▸ **Work instructions**: Only one stretch of the data below should be repeated: the lines from the line containing "v -2.04 5.785 0" through the line containing "v 2.3889 -5.785 -0.7369", inclusive, exactly as they are.

◆ ◆ ◆ ◆ ◆ ◆ ◆

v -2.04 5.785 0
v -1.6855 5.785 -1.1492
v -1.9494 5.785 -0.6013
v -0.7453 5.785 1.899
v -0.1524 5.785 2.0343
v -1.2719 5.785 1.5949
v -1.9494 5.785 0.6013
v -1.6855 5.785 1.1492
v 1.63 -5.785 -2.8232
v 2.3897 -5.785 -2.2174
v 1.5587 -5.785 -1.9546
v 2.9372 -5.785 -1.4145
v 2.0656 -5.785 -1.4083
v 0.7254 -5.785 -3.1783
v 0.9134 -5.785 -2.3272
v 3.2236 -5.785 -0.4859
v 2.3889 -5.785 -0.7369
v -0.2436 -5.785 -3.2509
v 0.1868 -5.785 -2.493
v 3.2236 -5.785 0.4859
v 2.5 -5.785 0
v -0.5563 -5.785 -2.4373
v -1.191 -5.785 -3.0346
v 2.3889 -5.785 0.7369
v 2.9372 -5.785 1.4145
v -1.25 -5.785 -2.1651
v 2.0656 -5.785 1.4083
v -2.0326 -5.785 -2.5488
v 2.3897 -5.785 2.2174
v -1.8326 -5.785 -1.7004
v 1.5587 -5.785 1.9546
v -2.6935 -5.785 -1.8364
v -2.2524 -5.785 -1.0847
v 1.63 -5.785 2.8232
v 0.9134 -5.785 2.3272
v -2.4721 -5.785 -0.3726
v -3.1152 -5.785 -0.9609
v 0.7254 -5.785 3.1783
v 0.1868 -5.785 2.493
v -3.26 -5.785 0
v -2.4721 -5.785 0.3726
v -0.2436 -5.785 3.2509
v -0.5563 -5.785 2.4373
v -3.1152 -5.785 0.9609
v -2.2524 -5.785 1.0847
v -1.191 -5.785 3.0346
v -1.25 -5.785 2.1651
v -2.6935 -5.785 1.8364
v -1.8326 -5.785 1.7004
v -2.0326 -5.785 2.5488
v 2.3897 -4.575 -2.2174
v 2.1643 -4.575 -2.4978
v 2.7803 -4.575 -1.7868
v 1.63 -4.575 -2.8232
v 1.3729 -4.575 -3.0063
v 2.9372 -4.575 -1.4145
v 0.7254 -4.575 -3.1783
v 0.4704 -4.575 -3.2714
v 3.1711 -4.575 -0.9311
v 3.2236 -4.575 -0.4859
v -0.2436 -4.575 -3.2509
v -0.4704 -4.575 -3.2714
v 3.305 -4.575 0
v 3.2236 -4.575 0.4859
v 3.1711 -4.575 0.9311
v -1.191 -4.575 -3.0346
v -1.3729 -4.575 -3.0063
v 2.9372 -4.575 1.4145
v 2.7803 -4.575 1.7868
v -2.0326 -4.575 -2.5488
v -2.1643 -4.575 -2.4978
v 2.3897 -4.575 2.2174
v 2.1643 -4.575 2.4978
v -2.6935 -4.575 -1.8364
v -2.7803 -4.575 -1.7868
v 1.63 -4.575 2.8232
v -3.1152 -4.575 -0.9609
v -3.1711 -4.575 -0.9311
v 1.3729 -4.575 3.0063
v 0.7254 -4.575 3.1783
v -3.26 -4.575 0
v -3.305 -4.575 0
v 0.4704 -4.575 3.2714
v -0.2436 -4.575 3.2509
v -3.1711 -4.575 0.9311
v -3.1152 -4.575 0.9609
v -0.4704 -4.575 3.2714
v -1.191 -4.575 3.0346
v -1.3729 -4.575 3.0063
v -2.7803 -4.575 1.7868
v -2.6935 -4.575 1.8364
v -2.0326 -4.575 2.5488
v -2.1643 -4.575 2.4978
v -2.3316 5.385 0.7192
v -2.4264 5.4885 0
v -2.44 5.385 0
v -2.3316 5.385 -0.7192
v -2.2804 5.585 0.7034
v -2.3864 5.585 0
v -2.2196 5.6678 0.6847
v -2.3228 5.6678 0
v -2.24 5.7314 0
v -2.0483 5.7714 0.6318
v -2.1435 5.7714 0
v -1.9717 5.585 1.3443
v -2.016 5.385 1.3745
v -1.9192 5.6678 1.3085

◆ ◆ ◆ ◆ ◆ ◆ ◆

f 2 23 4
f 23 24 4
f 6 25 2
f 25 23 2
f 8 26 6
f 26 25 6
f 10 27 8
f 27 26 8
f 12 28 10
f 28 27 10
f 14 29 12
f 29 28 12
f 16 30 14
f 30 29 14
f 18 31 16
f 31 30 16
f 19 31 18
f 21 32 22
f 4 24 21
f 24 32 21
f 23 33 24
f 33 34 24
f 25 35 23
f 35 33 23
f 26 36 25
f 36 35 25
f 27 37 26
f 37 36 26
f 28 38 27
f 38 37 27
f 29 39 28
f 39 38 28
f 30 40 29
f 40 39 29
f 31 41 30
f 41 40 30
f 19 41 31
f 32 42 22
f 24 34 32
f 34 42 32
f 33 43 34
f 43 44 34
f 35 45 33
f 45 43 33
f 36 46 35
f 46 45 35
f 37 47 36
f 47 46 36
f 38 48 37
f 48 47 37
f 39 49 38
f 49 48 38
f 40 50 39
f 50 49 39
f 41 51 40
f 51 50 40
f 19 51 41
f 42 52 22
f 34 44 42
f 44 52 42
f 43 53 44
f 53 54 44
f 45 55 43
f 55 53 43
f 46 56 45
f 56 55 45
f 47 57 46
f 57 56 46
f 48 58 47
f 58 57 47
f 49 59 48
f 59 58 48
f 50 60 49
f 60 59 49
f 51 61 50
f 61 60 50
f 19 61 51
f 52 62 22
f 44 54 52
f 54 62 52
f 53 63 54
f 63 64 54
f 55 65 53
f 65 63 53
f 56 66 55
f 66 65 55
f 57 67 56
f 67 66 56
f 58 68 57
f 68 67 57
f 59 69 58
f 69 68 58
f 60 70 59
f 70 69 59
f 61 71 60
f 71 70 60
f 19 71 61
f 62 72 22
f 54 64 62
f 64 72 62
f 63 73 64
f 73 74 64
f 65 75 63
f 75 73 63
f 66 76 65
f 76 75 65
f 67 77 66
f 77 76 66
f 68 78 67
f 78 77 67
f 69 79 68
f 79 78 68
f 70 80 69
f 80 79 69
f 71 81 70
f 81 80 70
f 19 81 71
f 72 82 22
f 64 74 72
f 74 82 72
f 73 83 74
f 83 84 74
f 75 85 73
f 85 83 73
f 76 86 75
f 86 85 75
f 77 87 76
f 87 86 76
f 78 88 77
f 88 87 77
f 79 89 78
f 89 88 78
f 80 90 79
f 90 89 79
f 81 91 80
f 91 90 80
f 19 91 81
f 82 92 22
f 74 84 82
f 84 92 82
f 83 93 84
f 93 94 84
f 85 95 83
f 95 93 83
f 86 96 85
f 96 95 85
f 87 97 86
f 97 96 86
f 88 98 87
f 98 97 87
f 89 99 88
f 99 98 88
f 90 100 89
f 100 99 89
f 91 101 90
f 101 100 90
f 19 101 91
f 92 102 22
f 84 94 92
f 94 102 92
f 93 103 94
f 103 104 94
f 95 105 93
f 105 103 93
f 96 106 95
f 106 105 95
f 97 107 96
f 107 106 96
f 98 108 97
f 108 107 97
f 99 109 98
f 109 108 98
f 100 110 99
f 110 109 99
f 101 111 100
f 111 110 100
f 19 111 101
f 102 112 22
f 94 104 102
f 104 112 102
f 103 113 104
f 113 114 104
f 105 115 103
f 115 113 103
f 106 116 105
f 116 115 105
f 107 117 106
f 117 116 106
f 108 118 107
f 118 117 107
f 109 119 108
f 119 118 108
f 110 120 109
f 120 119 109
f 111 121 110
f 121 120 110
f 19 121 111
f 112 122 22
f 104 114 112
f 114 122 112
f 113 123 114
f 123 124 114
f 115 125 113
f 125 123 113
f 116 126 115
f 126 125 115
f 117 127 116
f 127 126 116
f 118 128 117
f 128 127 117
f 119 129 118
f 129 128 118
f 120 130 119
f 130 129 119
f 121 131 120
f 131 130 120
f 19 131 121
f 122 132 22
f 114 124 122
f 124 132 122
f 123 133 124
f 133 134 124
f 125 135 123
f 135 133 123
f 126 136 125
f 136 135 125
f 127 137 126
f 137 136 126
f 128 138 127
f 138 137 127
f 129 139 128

◆ ◆ ◆ ◆ ◆ ◆ ◆

▸ **Answer to this task**:
v -2.04 5.785 0
v -1.6855 5.785 -1.1492
v -1.9494 5.785 -0.6013
v -0.7453 5.785 1.899
v -0.1524 5.785 2.0343
v -1.2719 5.785 1.5949
v -1.9494 5.785 0.6013
v -1.6855 5.785 1.1492
v 1.63 -5.785 -2.8232
v 2.3897 -5.785 -2.2174
v 1.5587 -5.785 -1.9546
v 2.9372 -5.785 -1.4145
v 2.0656 -5.785 -1.4083
v 0.7254 -5.785 -3.1783
v 0.9134 -5.785 -2.3272
v 3.2236 -5.785 -0.4859
v 2.3889 -5.785 -0.7369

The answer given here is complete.